Looking to compete with Chinese influence in the region, the U.S. government is making plans to help American companies win large-scale infrastructure projects in Cambodia, U.S. officials said on Thursday in Phnom Penh.
The plans, which come as part of a strategic and economic em-bracing of Asia by the administration of U.S. President Barack Obama, look to challenge China’s near monopoly on big undertakings, such as roads and hydropower dams in the country.
“The pivot to Asia…is not only a security focus, it’s an economic focus because in order for us to be successful in the long term, we have to be economically involved in this region,” said Lorraine Hariton, U.S. State Department special representative for commercial and business affairs, who spoke to reporters during a round-table meeting at the U.S Embassy in Phnom Penh. Her visit followed a meeting in Hanoi on Monday to discuss infrastructure in the region as part of the U.S.-led Lower Mekong Initiative.
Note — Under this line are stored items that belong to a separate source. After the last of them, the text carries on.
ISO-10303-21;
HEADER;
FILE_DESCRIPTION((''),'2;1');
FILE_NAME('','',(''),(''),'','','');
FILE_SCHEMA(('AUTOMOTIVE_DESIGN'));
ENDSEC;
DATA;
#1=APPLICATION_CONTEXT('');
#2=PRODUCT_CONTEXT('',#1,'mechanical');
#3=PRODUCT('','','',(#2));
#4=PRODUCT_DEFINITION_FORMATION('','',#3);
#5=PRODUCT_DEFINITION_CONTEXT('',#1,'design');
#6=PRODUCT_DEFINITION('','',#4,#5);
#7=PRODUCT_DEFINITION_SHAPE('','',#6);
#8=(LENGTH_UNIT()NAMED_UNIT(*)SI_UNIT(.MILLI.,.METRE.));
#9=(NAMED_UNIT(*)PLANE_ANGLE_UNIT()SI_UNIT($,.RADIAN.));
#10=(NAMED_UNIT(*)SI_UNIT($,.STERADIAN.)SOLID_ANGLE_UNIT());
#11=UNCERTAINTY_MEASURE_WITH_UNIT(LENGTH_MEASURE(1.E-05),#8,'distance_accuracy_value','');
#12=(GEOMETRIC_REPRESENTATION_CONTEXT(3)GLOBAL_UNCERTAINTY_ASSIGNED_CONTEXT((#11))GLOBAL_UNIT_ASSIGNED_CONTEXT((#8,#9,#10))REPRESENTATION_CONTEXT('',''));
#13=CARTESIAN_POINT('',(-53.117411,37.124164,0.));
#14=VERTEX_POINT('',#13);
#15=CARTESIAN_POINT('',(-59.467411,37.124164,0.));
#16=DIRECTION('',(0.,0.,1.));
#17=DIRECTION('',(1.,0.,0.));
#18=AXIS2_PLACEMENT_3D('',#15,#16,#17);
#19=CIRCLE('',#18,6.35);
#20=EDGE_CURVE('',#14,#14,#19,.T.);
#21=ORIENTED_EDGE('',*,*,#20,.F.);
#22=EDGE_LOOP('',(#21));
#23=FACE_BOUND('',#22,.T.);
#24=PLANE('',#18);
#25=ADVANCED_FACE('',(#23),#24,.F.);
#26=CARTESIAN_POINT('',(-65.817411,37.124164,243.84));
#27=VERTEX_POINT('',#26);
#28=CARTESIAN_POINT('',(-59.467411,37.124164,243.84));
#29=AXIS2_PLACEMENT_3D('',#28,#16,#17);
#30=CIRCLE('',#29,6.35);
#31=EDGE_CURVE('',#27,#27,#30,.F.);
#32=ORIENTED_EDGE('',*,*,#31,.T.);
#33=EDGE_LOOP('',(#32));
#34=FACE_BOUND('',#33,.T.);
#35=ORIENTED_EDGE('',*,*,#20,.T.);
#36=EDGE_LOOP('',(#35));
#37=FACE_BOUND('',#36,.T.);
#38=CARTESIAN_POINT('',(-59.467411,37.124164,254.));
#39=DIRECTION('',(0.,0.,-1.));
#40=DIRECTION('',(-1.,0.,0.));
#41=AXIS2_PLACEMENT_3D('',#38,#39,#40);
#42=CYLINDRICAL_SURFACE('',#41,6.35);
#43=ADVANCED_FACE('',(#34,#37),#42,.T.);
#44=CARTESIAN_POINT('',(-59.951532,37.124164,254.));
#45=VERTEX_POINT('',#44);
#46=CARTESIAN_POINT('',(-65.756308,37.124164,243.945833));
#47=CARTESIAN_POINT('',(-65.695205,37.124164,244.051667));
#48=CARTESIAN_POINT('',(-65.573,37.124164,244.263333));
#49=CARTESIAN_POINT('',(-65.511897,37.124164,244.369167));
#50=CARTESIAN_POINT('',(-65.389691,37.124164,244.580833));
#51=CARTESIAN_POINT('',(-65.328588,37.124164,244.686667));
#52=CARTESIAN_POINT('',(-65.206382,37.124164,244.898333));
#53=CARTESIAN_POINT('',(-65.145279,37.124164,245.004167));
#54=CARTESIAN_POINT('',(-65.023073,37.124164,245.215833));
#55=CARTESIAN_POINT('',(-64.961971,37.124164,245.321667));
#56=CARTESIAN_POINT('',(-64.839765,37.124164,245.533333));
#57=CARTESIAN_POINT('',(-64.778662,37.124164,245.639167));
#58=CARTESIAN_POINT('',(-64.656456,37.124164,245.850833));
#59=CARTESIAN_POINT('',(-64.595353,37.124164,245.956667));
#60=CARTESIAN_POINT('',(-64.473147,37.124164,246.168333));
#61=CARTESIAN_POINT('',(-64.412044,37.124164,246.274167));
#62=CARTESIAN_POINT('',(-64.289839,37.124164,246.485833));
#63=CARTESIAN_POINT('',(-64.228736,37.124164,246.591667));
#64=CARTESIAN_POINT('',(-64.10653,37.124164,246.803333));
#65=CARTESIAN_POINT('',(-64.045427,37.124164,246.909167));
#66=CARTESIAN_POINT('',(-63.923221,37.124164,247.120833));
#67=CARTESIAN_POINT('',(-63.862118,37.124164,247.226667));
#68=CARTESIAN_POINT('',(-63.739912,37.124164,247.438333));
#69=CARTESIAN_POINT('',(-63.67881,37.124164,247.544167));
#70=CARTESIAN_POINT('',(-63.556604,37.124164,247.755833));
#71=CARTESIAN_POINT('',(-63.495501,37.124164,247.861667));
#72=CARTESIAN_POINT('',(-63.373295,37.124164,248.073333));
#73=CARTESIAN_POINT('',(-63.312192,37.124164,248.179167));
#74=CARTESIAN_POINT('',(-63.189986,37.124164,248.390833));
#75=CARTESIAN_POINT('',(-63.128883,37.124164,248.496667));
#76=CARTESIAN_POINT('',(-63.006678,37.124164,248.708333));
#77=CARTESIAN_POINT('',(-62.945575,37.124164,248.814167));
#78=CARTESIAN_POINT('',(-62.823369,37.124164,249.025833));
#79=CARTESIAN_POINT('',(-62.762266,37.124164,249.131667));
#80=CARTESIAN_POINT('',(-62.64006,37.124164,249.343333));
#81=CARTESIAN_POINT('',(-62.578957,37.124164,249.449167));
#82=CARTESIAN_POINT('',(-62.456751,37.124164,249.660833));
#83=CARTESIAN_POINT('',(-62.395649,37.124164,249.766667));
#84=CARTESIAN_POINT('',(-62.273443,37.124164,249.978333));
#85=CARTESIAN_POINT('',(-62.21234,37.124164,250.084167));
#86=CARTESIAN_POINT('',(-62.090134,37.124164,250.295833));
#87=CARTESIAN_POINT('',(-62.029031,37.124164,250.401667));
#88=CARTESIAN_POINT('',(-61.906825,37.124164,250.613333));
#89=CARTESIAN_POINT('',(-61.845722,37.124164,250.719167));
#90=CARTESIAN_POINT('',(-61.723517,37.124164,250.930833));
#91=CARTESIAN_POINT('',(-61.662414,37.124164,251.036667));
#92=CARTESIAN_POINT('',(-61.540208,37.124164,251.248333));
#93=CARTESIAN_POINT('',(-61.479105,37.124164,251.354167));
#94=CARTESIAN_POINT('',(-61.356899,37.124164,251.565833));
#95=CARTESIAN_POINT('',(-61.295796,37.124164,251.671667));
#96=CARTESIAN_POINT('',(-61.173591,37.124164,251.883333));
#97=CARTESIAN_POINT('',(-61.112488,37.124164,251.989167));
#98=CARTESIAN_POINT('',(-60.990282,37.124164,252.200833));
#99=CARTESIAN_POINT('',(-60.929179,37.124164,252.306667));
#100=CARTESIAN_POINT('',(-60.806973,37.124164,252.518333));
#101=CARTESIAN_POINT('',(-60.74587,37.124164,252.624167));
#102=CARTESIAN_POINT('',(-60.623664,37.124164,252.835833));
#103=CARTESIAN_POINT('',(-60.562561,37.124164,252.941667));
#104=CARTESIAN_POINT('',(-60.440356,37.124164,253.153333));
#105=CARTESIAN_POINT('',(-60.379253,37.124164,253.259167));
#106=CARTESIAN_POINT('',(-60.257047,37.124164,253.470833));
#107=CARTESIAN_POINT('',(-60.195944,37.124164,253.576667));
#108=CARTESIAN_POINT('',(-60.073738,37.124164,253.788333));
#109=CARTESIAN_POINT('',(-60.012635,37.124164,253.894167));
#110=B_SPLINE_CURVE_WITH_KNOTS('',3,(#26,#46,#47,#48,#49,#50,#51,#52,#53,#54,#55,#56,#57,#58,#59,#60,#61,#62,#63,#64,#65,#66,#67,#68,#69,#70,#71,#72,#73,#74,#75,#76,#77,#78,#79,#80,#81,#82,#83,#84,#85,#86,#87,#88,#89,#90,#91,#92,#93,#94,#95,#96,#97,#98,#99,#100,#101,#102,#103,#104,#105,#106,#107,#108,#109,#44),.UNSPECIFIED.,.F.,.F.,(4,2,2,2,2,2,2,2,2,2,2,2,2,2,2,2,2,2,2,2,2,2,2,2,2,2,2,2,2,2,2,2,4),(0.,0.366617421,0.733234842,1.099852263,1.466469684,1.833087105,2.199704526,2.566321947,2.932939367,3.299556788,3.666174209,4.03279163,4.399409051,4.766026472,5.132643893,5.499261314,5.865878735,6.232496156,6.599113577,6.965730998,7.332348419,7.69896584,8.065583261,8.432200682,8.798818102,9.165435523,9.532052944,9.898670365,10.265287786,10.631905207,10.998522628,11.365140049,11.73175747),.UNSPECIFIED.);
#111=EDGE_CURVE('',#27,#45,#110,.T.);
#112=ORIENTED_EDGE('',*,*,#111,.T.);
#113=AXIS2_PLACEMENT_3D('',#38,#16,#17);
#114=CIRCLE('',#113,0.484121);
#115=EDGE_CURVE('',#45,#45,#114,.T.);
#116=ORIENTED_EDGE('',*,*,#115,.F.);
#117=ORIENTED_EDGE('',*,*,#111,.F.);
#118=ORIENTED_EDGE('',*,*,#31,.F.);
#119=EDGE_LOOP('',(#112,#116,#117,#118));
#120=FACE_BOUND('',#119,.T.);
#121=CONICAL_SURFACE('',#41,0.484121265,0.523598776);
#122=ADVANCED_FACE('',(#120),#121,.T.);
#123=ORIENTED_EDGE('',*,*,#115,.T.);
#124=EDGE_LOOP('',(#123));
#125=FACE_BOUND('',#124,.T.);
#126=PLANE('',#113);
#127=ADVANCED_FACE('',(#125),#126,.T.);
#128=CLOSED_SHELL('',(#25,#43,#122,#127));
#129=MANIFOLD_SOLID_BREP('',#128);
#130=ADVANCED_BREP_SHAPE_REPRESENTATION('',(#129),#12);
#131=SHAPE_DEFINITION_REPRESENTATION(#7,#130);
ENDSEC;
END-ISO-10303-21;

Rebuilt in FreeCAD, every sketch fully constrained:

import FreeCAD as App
import Part
import Sketcher

V = App.Vector
Q = App.Units.Quantity


def edges_at(feature, points):
    """Names of the edges that pass closest to the given points."""
    edges = feature.Shape.Edges
    near = lambda p: min(range(len(edges)), key=lambda i: edges[i].distToShape(Part.Vertex(*p))[0])
    return sorted({f"Edge{near(p) + 1}" for p in points})

doc = App.newDocument("Part")
body = doc.addObject("PartDesign::Body", "Body")

# Sketch on XY plane
sketch1 = doc.addObject("Sketcher::SketchObject", "Sketch")
body.addObject(sketch1)
sketch1.AttachmentSupport = (doc.XY_Plane, [""])
sketch1.MapMode = "FlatFace"
sketch1.addGeometry(Part.Circle(V(-59, 37, 0), V(0, 0, 1), 6), False)
sketch1.addConstraint([
    Sketcher.Constraint("Diameter", 0, Q("0.5 in")),
    Sketcher.Constraint("DistanceX", 0, 3, -1, 1, Q("59.467411 mm")),
    Sketcher.Constraint("DistanceY", -1, 1, 0, 3, Q("37.124164 mm")),
])
pad1 = doc.addObject("PartDesign::Pad", "Pad")
body.addObject(pad1)
pad1.Profile = sketch1
pad1.Length = Q("10 in")
doc.recompute()

chamfer = doc.addObject("PartDesign::Chamfer", "Chamfer")
body.addObject(chamfer)
chamfer.Base = (pad1, edges_at(pad1, [(-65.817, 37.124, 254)]))
chamfer.ChamferType = "Two distances"
chamfer.Size = Q("0.4 in")
chamfer.Size2 = 5.865879

doc.recompute()
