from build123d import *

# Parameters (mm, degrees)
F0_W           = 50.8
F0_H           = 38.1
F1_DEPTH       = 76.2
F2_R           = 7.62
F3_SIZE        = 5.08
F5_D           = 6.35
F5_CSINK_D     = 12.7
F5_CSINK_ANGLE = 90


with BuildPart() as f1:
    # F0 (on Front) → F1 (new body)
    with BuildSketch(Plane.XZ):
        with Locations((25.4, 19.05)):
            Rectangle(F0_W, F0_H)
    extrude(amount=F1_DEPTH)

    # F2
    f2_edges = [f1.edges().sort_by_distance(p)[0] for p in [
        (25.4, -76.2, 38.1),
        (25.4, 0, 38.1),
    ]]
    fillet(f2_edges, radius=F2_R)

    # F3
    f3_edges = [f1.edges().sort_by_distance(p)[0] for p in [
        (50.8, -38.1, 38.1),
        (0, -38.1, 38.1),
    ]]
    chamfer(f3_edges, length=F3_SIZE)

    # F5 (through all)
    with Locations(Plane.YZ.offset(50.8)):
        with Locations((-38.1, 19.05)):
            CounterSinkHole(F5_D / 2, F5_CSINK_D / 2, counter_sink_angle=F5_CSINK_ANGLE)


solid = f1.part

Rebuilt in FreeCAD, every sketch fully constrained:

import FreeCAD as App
import Part
import Sketcher
from FreeCAD import Vector
Q = App.Units.Quantity


def edges_at(feature, points):
    """Names of the edges that pass closest to the given points."""
    edges = feature.Shape.Edges
    near = lambda p: min(range(len(edges)), key=lambda i: edges[i].distToShape(Part.Vertex(*p))[0])
    return sorted({f"Edge{near(p) + 1}" for p in points})


def add_polygon(sketch, points):
    """Adds a closed chain of lines whose ends are joined by coincident constraints."""
    first, n = sketch.GeometryCount, len(points)
    for a, b in zip(points, points[1:] + points[:1]):
        sketch.addGeometry(Part.LineSegment(App.Vector(*a, 0), App.Vector(*b, 0)), False)
    for i in range(n):
        sketch.addConstraint(Sketcher.Constraint("Coincident", first + i, 2, first + (i + 1) % n, 1))

doc = App.newDocument("Part")
body = doc.addObject("PartDesign::Body", "Body")

# Sketch on XZ plane
sketch1 = body.newObject("Sketcher::SketchObject", "Sketch")
sketch1.AttachmentSupport = (doc.getObject("XZ_Plane"), [""])
sketch1.MapMode = "FlatFace"
add_polygon(sketch1, [(0, 38), (0, 0), (51, 0), (51, 38)])  # lines 0-3
sketch1.addConstraint([
    Sketcher.Constraint("Vertical", 0),
    Sketcher.Constraint("Horizontal", 1),
    Sketcher.Constraint("Vertical", 2),
    Sketcher.Constraint("Horizontal", 3),
    Sketcher.Constraint("Coincident", 0, 2, -1, 1),
    Sketcher.Constraint("DistanceX", 1, 1, 1, 2, Q("2 in")),
    Sketcher.Constraint("DistanceY", 0, 2, 0, 1, Q("1.5 in")),
])
pad1 = body.newObject("PartDesign::Pad", "Pad")
pad1.Profile = sketch1
pad1.Length = Q("3 in")
doc.recompute()

fillet = body.newObject("PartDesign::Fillet", "Fillet")
fillet.Base = (pad1, edges_at(pad1, [(25.4, -76.2, 38.1), (25.4, 0, 38.1)]))
fillet.Radius = Q("0.3 in")
doc.recompute()

chamfer = body.newObject("PartDesign::Chamfer", "Chamfer")
chamfer.Base = (fillet, edges_at(fillet, [(50.8, -38.1, 38.1), (0, -38.1, 38.1)]))
chamfer.Size = Q("0.2 in")

# Sketch on YZ plane
sketch2 = body.newObject("Sketcher::SketchObject", "Sketch001")
sketch2.AttachmentSupport = (doc.getObject("YZ_Plane"), [""])
sketch2.MapMode = "FlatFace"
sketch2.AttachmentOffset = App.Placement(Vector(0, 0, 2 * 25.4), App.Rotation())
sketch2.addGeometry(Part.Circle(Vector(-38.1, 19.1, 0), Vector(0, 0, 1), 3.2), False)
sketch2.addConstraint([
    Sketcher.Constraint("Diameter", 0, Q("0.25 in")),
    Sketcher.Constraint("DistanceX", 0, 3, -1, 1, Q("1.5 in")),
    Sketcher.Constraint("DistanceY", -1, 1, 0, 3, Q("0.75 in")),
])
doc.recompute()
hole = body.newObject("PartDesign::Hole", "Hole")
hole.Profile = sketch2
hole.ThreadType = "None"
hole.Diameter = Q("0.25 in")
hole.DepthType = "ThroughAll"
hole.HoleCutType = "Countersink"
hole.HoleCutDiameter = Q("0.5 in")
hole.HoleCutCountersinkAngle = 90

doc.recompute()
“We are concerned that American companies are not involved in this region—Cambodia as well as the general Lower Mekong region—especially in this area of infrastructure,” Ms. Hariton said. “We are looking to get some good winds here and work on some deals that will allow us to play a larger role in this region.”
Hong-Phong Pho, the desk officer for Cambodia, Vietnam and Laos within the U.S. Department of Commerce, said U.S. government agencies—including the Export-Import Bank of the United States, the U.S. Overseas Private Investment Corporation and the U.S. Trade and Development Agency—were ready to help develop infrastructure in the region.
“That’s the tools that we have, but before we can apply those tools, we need an actual concrete project. Whether it’s an investment project, like an airport where there’s a demand for goods and services, or just great sales [of U.S. products and technologies].”
He said American firms could be involved in projects such as power plants, and that one unnamed U.S. company present at the meeting in Hanoi was interested in building a new airport in Cambodia.
“For me, deals are what’s important,” Mr. Pho said. “As a result of our meetings in Vietnam, we found a certain [U.S.] company that has the capability not only to operate and build airports, but also bringing financing. Now that’s really important.”
“It’s that kind of connection that can make things happen. And we will be right there facilitating it,” he added.
While some U.S. companies have made inroads into Cambodia’s economy—U.S. brands like Ford and Dairy Queen entered the market in 2012—American firms have not been granted any of the country’s larger projects in the infrastructure and energy sectors.
Currently, Chinese companies with close links to the Chinese government dominate Cambodia’s infrastructure sector, building roads, bridges and hydropower dams, with Chinese banks also providing funding.
Just last month, two Chinese companies announced that they would spend $9.6 billion building a brand-new seaport in Koh Kong province, and a 400-km railway connecting it to a steel mill in Preah Vihear province.
According to the most recent figures from the Cambodian Investment Board (CIB), which cover 2012 up to the end of November, new Chinese investment totaled more than $250 million in the 11-month period.
Only one large investment in Cambodia during the period came from the U.S.—a 49 percent stake in a $10.9 million tourism development on an island off the coast of Koh Kong province.
Although the CIB figures only represent pledged investment agreed with the government, U.S. Embassy deputy political and economic section chief David Myers said no better data for U.S. investment was available.
Also speaking at the embassy, Bretton Sciaroni, chairman of the Cambodia chapter of the American Chamber of Commerce, said that multinational corporations from the U.S. had taken an interest in Cambodia of late.
“For major corporates, it’s unrealistic to think that you’re going to have them come one day and the next day decide to invest,” he said. “What I view this as is putting seeds in the ground and it will grow later.”
He also said many companies operating in China were interested in setting up part of their operation in Cambodia “to hedge their bets because the Chinese economic environment is more uncertain for international companies.”
Daniel Mitchell, a board member at the American Chamber of Commerce, who has been doing business in Cambodia for 12 years, said the main considerations for such firms coming into Cambodia would be the cost and reliability of electricity and telecommunication services.
He also said that, rather than putting investors off, the human rights situation and difficulties over land in Cambodia could be helped by U.S. investment, which is subject to higher standards. Some of those standards come from the fact U.S. firms must comply with regulations on foreign bribery found within the Foreign Corrupt Practices Act.
“One way of addressing the human rights issues is to promote the investment of responsible capital,” he said.
“I’ll let you draw the conclusions of where responsible capital comes from, and the U.S. is definitely on that list, and where other capital comes from—places where there just aren’t those standards and it isn’t something that’s important.”
The State Department’s Ms. Hariton said Cambodia’s main problem in garnering investment from the U.S. was its image.
“I think we need to do a better job of marketing Cambodia especially to the United States,” she said.
“There [are] perceptions…about how the country might have been 20 years ago, not what it is today.”